By Kelly McMahon Willette, CG®

Historic St. Luke’s Church’s survival since the 1600s means that it, both as a church and an institution, has shepherded hundreds of early Virginia families through its doors, its catechism, and its legacy. Because of Isle of Wight County’s early existence in the formation of our Nation and colonization of Virginia, it has been crucial to the survival of many early families – families of means and those of pauper status. A look through the intact Vestry Parish Book from Newport Parish of St. Luke’s, which recorded the business dealings for the Parish from 1724-1772, offers a rare glimpse into the colonial church business dealings, such as the cost associated to bury pauper parishioners, names of parishioners who took in indigent children and the sick, and the names of neighbors listed in the Processioners’ Returns which were recorded every four years.[1]
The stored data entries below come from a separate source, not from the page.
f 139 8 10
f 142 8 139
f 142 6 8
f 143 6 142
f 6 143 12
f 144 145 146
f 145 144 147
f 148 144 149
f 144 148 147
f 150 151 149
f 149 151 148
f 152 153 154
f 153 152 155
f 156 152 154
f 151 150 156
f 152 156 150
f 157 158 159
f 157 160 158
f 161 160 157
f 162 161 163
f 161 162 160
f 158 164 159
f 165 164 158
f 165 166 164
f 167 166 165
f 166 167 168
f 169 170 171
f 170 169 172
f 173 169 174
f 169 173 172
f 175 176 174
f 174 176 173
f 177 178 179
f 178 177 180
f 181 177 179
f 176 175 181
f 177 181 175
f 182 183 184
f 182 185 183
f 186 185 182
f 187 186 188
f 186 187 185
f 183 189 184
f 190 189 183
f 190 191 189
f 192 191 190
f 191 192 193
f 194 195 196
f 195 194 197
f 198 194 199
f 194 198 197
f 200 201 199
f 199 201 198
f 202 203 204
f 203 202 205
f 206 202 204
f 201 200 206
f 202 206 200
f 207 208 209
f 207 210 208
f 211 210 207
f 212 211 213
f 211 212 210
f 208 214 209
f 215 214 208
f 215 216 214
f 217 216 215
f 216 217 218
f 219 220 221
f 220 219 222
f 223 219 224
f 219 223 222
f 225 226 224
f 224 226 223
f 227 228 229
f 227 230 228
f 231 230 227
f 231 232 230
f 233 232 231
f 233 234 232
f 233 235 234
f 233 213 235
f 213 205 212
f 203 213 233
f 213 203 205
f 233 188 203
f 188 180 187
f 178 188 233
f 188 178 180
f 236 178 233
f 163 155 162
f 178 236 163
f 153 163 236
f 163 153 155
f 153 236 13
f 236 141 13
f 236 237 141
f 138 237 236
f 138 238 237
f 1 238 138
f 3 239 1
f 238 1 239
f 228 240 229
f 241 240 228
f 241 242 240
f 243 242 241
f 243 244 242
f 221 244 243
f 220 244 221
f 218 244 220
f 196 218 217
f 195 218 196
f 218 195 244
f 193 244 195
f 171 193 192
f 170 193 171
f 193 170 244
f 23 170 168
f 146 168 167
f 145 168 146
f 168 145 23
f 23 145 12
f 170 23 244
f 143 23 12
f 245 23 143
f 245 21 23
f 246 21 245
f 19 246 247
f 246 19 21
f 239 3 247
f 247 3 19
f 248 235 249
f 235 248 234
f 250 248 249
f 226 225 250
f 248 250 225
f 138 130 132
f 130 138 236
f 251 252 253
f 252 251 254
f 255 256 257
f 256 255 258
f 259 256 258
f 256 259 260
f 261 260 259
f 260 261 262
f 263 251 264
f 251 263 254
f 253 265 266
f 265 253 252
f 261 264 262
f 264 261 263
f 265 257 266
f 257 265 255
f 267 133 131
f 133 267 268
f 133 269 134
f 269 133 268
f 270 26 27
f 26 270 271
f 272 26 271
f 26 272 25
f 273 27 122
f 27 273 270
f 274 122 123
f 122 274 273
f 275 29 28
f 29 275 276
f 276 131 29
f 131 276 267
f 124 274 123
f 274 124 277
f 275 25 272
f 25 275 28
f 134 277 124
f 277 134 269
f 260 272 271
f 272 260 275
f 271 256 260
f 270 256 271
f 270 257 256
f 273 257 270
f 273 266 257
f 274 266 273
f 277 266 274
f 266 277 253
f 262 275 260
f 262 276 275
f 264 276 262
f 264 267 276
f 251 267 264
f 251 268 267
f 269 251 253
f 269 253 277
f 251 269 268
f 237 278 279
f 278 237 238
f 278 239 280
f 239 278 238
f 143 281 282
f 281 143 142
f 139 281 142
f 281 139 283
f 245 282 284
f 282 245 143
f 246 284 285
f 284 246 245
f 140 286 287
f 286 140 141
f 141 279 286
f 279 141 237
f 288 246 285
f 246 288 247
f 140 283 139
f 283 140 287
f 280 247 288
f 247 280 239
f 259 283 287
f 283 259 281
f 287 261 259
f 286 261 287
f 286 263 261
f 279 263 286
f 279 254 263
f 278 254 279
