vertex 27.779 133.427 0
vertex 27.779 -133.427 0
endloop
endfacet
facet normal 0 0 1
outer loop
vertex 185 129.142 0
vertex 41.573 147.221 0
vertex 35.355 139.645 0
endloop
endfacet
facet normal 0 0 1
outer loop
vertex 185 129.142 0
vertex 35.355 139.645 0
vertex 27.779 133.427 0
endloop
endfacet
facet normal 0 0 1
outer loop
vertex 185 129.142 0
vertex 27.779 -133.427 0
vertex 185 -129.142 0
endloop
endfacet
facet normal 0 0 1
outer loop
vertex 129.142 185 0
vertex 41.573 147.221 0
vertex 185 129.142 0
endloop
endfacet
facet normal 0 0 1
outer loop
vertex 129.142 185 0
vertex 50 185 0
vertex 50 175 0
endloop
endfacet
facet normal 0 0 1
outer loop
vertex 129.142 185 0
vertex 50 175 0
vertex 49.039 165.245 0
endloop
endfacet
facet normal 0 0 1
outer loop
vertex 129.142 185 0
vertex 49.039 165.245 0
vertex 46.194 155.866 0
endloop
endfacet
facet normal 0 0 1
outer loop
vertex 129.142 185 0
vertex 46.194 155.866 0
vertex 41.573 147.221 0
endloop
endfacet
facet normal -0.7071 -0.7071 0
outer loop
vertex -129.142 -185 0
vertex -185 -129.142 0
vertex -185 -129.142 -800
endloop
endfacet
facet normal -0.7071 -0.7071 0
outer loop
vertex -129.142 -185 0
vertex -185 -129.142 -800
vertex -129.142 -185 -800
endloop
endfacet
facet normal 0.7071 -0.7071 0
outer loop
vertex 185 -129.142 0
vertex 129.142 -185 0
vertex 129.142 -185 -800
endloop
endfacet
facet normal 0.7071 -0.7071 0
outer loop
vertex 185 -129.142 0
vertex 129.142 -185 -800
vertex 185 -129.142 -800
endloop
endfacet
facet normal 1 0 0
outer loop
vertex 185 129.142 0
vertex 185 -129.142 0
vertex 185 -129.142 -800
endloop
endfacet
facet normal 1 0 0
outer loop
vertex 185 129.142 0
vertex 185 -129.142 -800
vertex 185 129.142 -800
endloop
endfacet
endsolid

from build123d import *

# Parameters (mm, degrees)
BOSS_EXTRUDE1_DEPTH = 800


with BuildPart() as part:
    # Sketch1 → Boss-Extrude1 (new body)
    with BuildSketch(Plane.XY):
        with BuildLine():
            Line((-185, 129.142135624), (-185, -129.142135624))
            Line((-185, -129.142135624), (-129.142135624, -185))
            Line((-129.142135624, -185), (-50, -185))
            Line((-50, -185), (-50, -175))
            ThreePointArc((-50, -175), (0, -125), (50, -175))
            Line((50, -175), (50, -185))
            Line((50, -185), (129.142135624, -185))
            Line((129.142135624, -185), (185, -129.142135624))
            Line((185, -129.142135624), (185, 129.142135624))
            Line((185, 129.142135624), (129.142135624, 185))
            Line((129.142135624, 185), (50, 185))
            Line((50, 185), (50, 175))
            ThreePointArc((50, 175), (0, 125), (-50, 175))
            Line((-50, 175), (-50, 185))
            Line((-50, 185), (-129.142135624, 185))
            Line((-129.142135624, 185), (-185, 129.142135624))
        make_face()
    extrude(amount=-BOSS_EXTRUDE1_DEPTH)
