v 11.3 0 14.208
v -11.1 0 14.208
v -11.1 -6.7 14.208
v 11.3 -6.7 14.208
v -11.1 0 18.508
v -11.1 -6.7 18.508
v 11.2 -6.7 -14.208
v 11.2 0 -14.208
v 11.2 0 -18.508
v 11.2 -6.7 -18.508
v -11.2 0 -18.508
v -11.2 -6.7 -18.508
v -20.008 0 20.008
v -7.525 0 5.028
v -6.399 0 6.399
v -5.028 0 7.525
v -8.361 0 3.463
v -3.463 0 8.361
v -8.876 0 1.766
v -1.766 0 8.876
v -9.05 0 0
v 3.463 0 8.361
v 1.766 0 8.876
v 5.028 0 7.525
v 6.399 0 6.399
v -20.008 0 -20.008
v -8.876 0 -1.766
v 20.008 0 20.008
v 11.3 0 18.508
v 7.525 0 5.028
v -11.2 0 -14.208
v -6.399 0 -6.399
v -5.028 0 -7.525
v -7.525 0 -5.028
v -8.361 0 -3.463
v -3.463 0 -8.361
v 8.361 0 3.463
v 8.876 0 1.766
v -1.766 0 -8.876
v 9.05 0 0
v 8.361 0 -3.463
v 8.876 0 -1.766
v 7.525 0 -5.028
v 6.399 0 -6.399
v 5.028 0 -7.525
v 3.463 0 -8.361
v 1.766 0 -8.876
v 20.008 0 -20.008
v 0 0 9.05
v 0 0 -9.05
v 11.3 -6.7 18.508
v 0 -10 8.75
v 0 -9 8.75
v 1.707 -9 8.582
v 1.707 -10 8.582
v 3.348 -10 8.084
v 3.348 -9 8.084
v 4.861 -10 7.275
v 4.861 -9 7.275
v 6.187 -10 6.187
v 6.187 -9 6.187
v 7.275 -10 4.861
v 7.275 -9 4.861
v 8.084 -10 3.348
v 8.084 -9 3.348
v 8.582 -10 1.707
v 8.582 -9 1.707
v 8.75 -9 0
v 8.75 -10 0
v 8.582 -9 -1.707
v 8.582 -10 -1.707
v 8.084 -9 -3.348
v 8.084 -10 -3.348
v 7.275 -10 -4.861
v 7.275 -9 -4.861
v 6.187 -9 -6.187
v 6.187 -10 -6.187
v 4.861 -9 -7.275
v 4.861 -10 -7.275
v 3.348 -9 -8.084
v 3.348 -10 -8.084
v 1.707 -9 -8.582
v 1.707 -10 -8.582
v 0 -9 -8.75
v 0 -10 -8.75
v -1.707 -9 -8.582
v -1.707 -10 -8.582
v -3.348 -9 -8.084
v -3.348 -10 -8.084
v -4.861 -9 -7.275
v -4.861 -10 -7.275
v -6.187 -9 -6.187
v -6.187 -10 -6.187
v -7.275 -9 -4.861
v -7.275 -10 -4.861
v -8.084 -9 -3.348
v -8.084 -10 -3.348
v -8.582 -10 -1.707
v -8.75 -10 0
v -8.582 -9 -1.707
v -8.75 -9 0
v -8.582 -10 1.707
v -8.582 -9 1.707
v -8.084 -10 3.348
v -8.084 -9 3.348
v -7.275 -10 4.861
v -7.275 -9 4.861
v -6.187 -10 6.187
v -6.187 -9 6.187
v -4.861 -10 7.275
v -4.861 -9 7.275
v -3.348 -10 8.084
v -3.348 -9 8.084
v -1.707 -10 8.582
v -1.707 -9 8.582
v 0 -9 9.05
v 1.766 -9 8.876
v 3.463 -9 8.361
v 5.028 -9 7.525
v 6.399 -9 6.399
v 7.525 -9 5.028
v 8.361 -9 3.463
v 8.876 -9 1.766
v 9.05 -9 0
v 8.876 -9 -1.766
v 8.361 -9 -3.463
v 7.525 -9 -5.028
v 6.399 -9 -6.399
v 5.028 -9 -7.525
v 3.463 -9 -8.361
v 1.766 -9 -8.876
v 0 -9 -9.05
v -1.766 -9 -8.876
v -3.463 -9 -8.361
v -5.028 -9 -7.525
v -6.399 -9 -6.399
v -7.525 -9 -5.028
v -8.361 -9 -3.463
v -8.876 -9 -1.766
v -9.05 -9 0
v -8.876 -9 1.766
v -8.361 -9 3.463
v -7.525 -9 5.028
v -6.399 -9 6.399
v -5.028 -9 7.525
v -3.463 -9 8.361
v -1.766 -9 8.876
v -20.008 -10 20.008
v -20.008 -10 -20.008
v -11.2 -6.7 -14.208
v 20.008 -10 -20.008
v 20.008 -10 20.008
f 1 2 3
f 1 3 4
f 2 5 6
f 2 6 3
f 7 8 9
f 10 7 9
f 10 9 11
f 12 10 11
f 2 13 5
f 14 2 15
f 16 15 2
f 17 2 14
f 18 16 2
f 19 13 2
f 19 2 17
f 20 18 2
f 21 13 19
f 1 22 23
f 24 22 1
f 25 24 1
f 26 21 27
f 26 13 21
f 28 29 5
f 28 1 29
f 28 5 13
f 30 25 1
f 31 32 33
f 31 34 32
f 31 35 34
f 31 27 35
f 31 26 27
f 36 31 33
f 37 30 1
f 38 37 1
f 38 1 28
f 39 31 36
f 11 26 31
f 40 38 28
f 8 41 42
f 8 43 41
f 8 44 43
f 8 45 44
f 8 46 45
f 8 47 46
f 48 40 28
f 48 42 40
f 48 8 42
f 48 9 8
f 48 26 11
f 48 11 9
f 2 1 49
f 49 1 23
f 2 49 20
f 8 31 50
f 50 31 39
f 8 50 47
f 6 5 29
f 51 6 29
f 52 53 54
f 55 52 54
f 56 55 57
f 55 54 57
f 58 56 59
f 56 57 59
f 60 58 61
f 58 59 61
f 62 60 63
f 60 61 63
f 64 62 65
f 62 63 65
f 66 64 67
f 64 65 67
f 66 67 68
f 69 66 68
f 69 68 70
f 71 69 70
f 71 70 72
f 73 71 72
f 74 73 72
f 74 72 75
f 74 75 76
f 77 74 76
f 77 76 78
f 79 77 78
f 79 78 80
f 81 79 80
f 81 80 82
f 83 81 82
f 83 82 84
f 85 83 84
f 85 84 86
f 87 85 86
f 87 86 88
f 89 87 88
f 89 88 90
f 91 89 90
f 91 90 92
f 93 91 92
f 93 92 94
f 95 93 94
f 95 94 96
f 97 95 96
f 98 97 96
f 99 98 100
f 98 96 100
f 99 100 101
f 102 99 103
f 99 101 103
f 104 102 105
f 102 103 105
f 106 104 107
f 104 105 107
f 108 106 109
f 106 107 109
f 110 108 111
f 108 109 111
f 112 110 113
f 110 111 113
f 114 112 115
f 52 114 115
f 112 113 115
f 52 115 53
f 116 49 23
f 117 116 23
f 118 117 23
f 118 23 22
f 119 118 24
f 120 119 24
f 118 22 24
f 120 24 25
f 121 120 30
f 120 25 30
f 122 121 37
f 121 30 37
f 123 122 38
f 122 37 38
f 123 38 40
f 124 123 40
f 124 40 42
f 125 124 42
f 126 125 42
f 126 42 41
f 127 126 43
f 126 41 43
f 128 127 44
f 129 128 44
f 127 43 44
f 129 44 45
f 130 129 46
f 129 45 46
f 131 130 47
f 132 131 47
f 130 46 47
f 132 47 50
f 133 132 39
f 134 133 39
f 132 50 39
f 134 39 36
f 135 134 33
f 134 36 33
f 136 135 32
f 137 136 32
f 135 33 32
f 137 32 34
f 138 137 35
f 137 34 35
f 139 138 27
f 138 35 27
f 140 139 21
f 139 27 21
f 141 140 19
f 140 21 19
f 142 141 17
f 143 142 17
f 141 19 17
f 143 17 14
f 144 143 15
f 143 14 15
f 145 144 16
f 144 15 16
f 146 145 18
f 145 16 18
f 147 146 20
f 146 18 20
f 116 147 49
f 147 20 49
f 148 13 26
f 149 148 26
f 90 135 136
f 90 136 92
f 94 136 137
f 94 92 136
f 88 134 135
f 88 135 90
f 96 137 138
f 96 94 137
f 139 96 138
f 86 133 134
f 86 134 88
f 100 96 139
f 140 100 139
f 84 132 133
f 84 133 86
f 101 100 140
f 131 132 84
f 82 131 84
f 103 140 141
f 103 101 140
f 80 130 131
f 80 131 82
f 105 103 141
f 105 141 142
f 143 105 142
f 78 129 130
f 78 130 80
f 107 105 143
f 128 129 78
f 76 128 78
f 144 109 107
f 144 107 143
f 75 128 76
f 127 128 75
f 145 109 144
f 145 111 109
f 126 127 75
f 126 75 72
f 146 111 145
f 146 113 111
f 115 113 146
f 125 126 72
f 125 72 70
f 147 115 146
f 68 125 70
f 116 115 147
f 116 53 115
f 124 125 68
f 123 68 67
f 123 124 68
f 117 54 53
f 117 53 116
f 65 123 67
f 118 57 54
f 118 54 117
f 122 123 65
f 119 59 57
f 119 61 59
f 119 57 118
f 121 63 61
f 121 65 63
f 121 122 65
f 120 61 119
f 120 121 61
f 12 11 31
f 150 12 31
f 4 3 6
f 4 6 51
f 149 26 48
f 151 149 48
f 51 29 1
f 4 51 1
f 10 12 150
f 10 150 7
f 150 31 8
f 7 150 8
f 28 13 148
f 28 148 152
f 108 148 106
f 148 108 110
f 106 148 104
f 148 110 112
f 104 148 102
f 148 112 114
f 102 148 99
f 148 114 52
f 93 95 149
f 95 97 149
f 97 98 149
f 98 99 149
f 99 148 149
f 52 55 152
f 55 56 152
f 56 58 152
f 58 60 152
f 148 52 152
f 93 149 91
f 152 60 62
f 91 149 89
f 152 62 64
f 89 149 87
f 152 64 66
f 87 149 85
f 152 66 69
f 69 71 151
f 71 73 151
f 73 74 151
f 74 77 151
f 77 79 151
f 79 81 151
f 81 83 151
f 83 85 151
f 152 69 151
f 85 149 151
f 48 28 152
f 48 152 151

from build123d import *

# Parameters (mm, degrees)
SKETCH1_W           = 40.015172748
SKETCH1_H           = 40.015172748
BOSS_EXTRUDE1_DEPTH = 10
SKETCH2_R           = 8.75
CUT_EXTRUDE1_DEPTH  = 31.010115378
SKETCH3_W           = 22.4
SKETCH3_H           = 4.3
CUT_EXTRUDE3_DEPTH  = 6.7
SKETCH3_5_R         = 9.05
CUT_EXTRUDE4_DEPTH  = 9


with BuildPart() as part:
    # Sketch1 → Boss-Extrude1 (new body)
    with BuildSketch(Plane(origin=(0, 0, 0), x_dir=(1, 0, 0), z_dir=(0, 1, 0))):
        Rectangle(SKETCH1_W, SKETCH1_H)
    extrude(amount=-BOSS_EXTRUDE1_DEPTH)

    # Sketch2 → Cut-Extrude1 (cut, through all)
    with BuildSketch(Plane(origin=(0, 0, 0), x_dir=(1, 0, 0), z_dir=(0, 1, 0))):
        with Locations(Location((0, 0, 0), (0, 0, 270))):
            Circle(SKETCH2_R)
    extrude(amount=-CUT_EXTRUDE1_DEPTH, mode=Mode.SUBTRACT)

    # Sketch3 → Cut-Extrude3 (cut)
    with BuildSketch(Plane(origin=(0, 0, 0), x_dir=(1, 0, 0), z_dir=(0, 1, 0))):
        Polygon((11.2, 18.507586374), (0, 18.507586374), (-11.2, 18.507586374), (-11.2, 14.207586374), (0, 14.207586374), (11.2, 14.207586374), align=None)
        with Locations((0.1, -16.357586374)):
            Rectangle(SKETCH3_W, SKETCH3_H)
    extrude(amount=-CUT_EXTRUDE3_DEPTH, mode=Mode.SUBTRACT)

    # Sketch3<5> → Cut-Extrude4 (cut)
    with BuildSketch(Plane(origin=(0, 0, 0), x_dir=(1, 0, 0), z_dir=(0, 1, 0))):
        with Locations(Location((0, 0, 0), (0, 0, 270))):
            Circle(SKETCH3_5_R)
    extrude(amount=-CUT_EXTRUDE4_DEPTH, mode=Mode.SUBTRACT)


solid = part.part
One family found in this record book is the Piland/Pyland Family of Isle of Wight. The Pyland Family’s immigrant ancestor, James Pyland, was baptized at St. Mary Le Port in Bristol, Gloucester, England on 30 August 1604,[2] and arrived in Isle of Wight County, Virginia around 20 June 1642 with his wife, Alexandria – their passage paid by Francis England.[3] James Pyland must have assimilated into the Isle of Wight community quickly, for by 1652, he was elected a House of Burgess Representative for Isle of Wight where he served in 1652.[4] His tenure as a Burgess was not without conflict, however, for he was ejected from his position for his “blasphemous catechism.” He eventually returned as a Burgess in 1659.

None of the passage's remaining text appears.